> **Provided data**
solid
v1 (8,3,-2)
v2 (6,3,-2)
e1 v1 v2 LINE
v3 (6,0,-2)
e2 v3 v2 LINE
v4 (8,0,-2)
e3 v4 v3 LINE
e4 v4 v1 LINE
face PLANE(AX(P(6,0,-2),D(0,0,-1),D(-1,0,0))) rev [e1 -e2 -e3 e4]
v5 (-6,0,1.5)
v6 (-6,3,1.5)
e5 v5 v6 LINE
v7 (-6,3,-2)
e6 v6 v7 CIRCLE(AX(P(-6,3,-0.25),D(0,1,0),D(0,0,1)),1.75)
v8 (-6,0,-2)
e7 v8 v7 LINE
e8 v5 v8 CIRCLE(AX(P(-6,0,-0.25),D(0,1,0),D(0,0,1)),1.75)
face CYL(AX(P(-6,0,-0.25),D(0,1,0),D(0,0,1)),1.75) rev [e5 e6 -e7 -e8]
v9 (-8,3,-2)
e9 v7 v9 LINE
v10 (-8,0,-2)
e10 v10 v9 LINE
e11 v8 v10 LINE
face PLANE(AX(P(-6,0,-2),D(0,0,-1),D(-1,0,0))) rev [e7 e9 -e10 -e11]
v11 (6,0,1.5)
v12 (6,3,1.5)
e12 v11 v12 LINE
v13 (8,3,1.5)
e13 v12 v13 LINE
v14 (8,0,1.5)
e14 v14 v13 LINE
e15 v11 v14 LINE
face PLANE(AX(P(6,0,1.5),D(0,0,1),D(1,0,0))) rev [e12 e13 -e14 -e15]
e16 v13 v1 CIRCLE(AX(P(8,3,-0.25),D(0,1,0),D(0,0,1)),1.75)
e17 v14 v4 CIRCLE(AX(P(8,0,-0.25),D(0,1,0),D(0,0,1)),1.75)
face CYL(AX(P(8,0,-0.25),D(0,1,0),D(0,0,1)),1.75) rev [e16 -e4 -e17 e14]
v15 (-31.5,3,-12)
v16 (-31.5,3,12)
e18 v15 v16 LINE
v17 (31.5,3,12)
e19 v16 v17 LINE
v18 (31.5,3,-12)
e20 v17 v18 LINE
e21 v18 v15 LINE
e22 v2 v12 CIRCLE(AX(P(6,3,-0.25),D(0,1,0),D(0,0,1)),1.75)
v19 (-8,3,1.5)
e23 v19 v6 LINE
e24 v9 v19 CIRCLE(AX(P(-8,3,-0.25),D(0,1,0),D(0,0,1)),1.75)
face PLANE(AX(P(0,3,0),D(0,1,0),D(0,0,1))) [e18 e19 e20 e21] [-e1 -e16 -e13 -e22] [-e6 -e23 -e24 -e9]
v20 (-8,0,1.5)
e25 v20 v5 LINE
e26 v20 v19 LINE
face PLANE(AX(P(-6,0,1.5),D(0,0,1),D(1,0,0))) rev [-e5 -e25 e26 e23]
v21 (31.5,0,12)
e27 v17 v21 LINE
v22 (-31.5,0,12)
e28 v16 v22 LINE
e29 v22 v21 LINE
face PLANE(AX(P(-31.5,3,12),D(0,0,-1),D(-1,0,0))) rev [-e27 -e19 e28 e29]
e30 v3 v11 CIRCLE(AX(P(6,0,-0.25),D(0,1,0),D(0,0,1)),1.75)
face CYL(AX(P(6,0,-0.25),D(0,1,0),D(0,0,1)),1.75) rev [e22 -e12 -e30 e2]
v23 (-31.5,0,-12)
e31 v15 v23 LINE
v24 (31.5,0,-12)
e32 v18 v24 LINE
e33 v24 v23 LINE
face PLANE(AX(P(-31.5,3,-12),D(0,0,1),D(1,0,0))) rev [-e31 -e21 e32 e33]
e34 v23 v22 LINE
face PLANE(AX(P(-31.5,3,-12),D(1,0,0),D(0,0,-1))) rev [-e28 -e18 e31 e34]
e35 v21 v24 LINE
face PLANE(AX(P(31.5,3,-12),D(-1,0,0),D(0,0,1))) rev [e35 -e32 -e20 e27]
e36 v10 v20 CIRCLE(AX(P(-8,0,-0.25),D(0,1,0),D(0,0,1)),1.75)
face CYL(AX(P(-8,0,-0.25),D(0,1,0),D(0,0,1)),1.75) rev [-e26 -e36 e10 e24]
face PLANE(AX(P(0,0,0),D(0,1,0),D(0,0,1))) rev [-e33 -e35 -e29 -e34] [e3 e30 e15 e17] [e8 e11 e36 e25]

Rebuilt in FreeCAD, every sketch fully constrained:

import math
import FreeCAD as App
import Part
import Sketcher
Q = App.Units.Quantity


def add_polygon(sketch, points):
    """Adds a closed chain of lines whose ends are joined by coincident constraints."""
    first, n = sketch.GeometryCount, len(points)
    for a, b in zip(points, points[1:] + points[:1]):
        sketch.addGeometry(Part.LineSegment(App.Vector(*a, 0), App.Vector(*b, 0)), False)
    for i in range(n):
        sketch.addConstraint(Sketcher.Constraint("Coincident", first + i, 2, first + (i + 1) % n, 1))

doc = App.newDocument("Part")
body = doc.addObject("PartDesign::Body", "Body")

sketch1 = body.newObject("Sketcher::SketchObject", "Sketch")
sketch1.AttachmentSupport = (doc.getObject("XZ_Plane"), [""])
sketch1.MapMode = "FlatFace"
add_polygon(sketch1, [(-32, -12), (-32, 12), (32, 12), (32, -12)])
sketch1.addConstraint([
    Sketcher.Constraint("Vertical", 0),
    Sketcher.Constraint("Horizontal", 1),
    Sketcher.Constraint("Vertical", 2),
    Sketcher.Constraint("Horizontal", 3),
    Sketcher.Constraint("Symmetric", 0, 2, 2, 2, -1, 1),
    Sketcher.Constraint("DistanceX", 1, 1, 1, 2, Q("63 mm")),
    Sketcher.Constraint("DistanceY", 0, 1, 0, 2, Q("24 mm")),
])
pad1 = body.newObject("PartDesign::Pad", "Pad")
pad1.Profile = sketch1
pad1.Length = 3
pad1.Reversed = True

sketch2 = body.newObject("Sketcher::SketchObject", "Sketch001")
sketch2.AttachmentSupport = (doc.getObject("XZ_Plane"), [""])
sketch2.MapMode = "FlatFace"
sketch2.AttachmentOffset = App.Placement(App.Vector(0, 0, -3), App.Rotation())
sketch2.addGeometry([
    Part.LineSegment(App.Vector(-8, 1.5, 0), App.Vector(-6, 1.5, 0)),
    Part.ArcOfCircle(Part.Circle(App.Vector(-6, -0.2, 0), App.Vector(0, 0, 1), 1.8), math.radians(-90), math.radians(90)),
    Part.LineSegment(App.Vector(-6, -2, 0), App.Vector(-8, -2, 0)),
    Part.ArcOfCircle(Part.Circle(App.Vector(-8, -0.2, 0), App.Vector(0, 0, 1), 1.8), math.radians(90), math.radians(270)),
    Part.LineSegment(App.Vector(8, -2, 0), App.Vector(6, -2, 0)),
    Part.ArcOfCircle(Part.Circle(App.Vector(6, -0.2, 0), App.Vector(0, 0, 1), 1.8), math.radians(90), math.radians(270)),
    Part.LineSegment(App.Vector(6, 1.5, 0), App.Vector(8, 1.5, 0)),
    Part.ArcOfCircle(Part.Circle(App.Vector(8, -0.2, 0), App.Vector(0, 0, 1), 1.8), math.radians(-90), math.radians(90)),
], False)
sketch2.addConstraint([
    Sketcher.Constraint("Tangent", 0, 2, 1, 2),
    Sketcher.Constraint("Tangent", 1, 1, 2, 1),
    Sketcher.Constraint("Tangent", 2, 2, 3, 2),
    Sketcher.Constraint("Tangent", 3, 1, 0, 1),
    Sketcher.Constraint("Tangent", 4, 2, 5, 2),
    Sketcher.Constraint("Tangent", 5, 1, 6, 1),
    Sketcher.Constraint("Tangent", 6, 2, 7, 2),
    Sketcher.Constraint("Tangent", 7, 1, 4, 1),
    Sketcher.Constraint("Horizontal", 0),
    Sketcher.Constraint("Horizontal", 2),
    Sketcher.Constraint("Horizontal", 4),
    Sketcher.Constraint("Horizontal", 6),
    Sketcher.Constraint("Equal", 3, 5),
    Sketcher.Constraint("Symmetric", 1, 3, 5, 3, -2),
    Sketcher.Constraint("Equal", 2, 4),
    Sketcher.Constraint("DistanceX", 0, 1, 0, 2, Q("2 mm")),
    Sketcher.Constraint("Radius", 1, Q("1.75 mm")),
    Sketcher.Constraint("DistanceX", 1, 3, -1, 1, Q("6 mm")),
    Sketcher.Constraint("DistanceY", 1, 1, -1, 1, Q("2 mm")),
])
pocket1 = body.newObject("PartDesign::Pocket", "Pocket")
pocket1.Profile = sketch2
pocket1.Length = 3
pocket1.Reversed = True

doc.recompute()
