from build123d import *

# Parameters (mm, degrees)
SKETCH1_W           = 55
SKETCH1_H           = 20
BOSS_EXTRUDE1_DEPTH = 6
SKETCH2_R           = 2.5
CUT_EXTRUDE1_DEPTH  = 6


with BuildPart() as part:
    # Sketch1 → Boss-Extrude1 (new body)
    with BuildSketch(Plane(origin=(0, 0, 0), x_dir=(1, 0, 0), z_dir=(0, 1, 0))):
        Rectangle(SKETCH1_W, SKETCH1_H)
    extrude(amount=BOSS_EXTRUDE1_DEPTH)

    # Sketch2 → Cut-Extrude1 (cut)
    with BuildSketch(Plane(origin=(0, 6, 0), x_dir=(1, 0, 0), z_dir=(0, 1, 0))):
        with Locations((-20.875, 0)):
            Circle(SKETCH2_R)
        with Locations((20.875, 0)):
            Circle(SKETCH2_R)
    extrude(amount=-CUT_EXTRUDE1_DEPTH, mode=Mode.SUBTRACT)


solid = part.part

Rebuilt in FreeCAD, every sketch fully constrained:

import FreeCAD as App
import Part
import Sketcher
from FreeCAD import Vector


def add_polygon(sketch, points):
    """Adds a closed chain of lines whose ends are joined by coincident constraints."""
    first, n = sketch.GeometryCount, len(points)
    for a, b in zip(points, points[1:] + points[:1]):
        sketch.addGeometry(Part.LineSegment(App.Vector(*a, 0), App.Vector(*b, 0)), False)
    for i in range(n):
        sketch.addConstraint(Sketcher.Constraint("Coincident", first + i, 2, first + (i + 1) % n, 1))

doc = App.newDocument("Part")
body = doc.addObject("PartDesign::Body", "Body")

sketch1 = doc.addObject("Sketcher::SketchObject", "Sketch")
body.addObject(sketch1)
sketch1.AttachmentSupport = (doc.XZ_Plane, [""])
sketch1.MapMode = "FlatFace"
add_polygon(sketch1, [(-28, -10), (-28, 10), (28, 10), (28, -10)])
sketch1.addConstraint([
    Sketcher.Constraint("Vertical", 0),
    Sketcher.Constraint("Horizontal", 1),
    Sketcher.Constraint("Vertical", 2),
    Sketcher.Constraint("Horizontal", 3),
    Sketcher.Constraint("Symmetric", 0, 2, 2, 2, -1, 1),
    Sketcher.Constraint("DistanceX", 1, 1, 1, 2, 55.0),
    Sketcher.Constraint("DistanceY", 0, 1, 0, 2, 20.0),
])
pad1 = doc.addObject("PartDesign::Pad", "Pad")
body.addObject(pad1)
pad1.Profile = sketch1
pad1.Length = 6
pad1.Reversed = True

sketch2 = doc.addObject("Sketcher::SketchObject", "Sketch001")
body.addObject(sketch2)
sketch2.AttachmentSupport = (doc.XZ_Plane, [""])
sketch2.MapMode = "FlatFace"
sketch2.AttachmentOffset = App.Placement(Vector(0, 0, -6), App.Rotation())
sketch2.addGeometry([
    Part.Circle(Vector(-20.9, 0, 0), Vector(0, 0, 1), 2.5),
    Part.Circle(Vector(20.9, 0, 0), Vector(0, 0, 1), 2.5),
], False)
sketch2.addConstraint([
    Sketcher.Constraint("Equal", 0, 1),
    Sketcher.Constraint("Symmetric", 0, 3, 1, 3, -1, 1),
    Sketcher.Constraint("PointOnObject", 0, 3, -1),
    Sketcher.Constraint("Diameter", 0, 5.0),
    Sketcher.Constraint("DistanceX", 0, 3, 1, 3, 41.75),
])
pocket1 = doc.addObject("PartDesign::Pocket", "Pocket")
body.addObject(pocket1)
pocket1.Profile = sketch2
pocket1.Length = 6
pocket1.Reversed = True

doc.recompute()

> **Work request**
In the listing above, locate the line containing "e1 v1 v2 LINE" and the line containing "e22 v2 v12 CIRCLE(AX(P(6,3,-0.25),D(0,1,0),D(0,0,1)),1.75)". Extract those two lines and every line between them, exactly as written, and only those.

> **Answer area**
e1 v1 v2 LINE
v3 (6,0,-2)
e2 v3 v2 LINE
v4 (8,0,-2)
e3 v4 v3 LINE
e4 v4 v1 LINE
face PLANE(AX(P(6,0,-2),D(0,0,-1),D(-1,0,0))) rev [e1 -e2 -e3 e4]
v5 (-6,0,1.5)
v6 (-6,3,1.5)
e5 v5 v6 LINE
v7 (-6,3,-2)
e6 v6 v7 CIRCLE(AX(P(-6,3,-0.25),D(0,1,0),D(0,0,1)),1.75)
v8 (-6,0,-2)
e7 v8 v7 LINE
e8 v5 v8 CIRCLE(AX(P(-6,0,-0.25),D(0,1,0),D(0,0,1)),1.75)
face CYL(AX(P(-6,0,-0.25),D(0,1,0),D(0,0,1)),1.75) rev [e5 e6 -e7 -e8]
v9 (-8,3,-2)
e9 v7 v9 LINE
v10 (-8,0,-2)
e10 v10 v9 LINE
e11 v8 v10 LINE
face PLANE(AX(P(-6,0,-2),D(0,0,-1),D(-1,0,0))) rev [e7 e9 -e10 -e11]
v11 (6,0,1.5)
v12 (6,3,1.5)
e12 v11 v12 LINE
v13 (8,3,1.5)
e13 v12 v13 LINE
v14 (8,0,1.5)
e14 v14 v13 LINE
e15 v11 v14 LINE
face PLANE(AX(P(6,0,1.5),D(0,0,1),D(1,0,0))) rev [e12 e13 -e14 -e15]
e16 v13 v1 CIRCLE(AX(P(8,3,-0.25),D(0,1,0),D(0,0,1)),1.75)
e17 v14 v4 CIRCLE(AX(P(8,0,-0.25),D(0,1,0),D(0,0,1)),1.75)
face CYL(AX(P(8,0,-0.25),D(0,1,0),D(0,0,1)),1.75) rev [e16 -e4 -e17 e14]
v15 (-31.5,3,-12)
v16 (-31.5,3,12)
e18 v15 v16 LINE
v17 (31.5,3,12)
e19 v16 v17 LINE
v18 (31.5,3,-12)
e20 v17 v18 LINE
e21 v18 v15 LINE
e22 v2 v12 CIRCLE(AX(P(6,3,-0.25),D(0,1,0),D(0,0,1)),1.75)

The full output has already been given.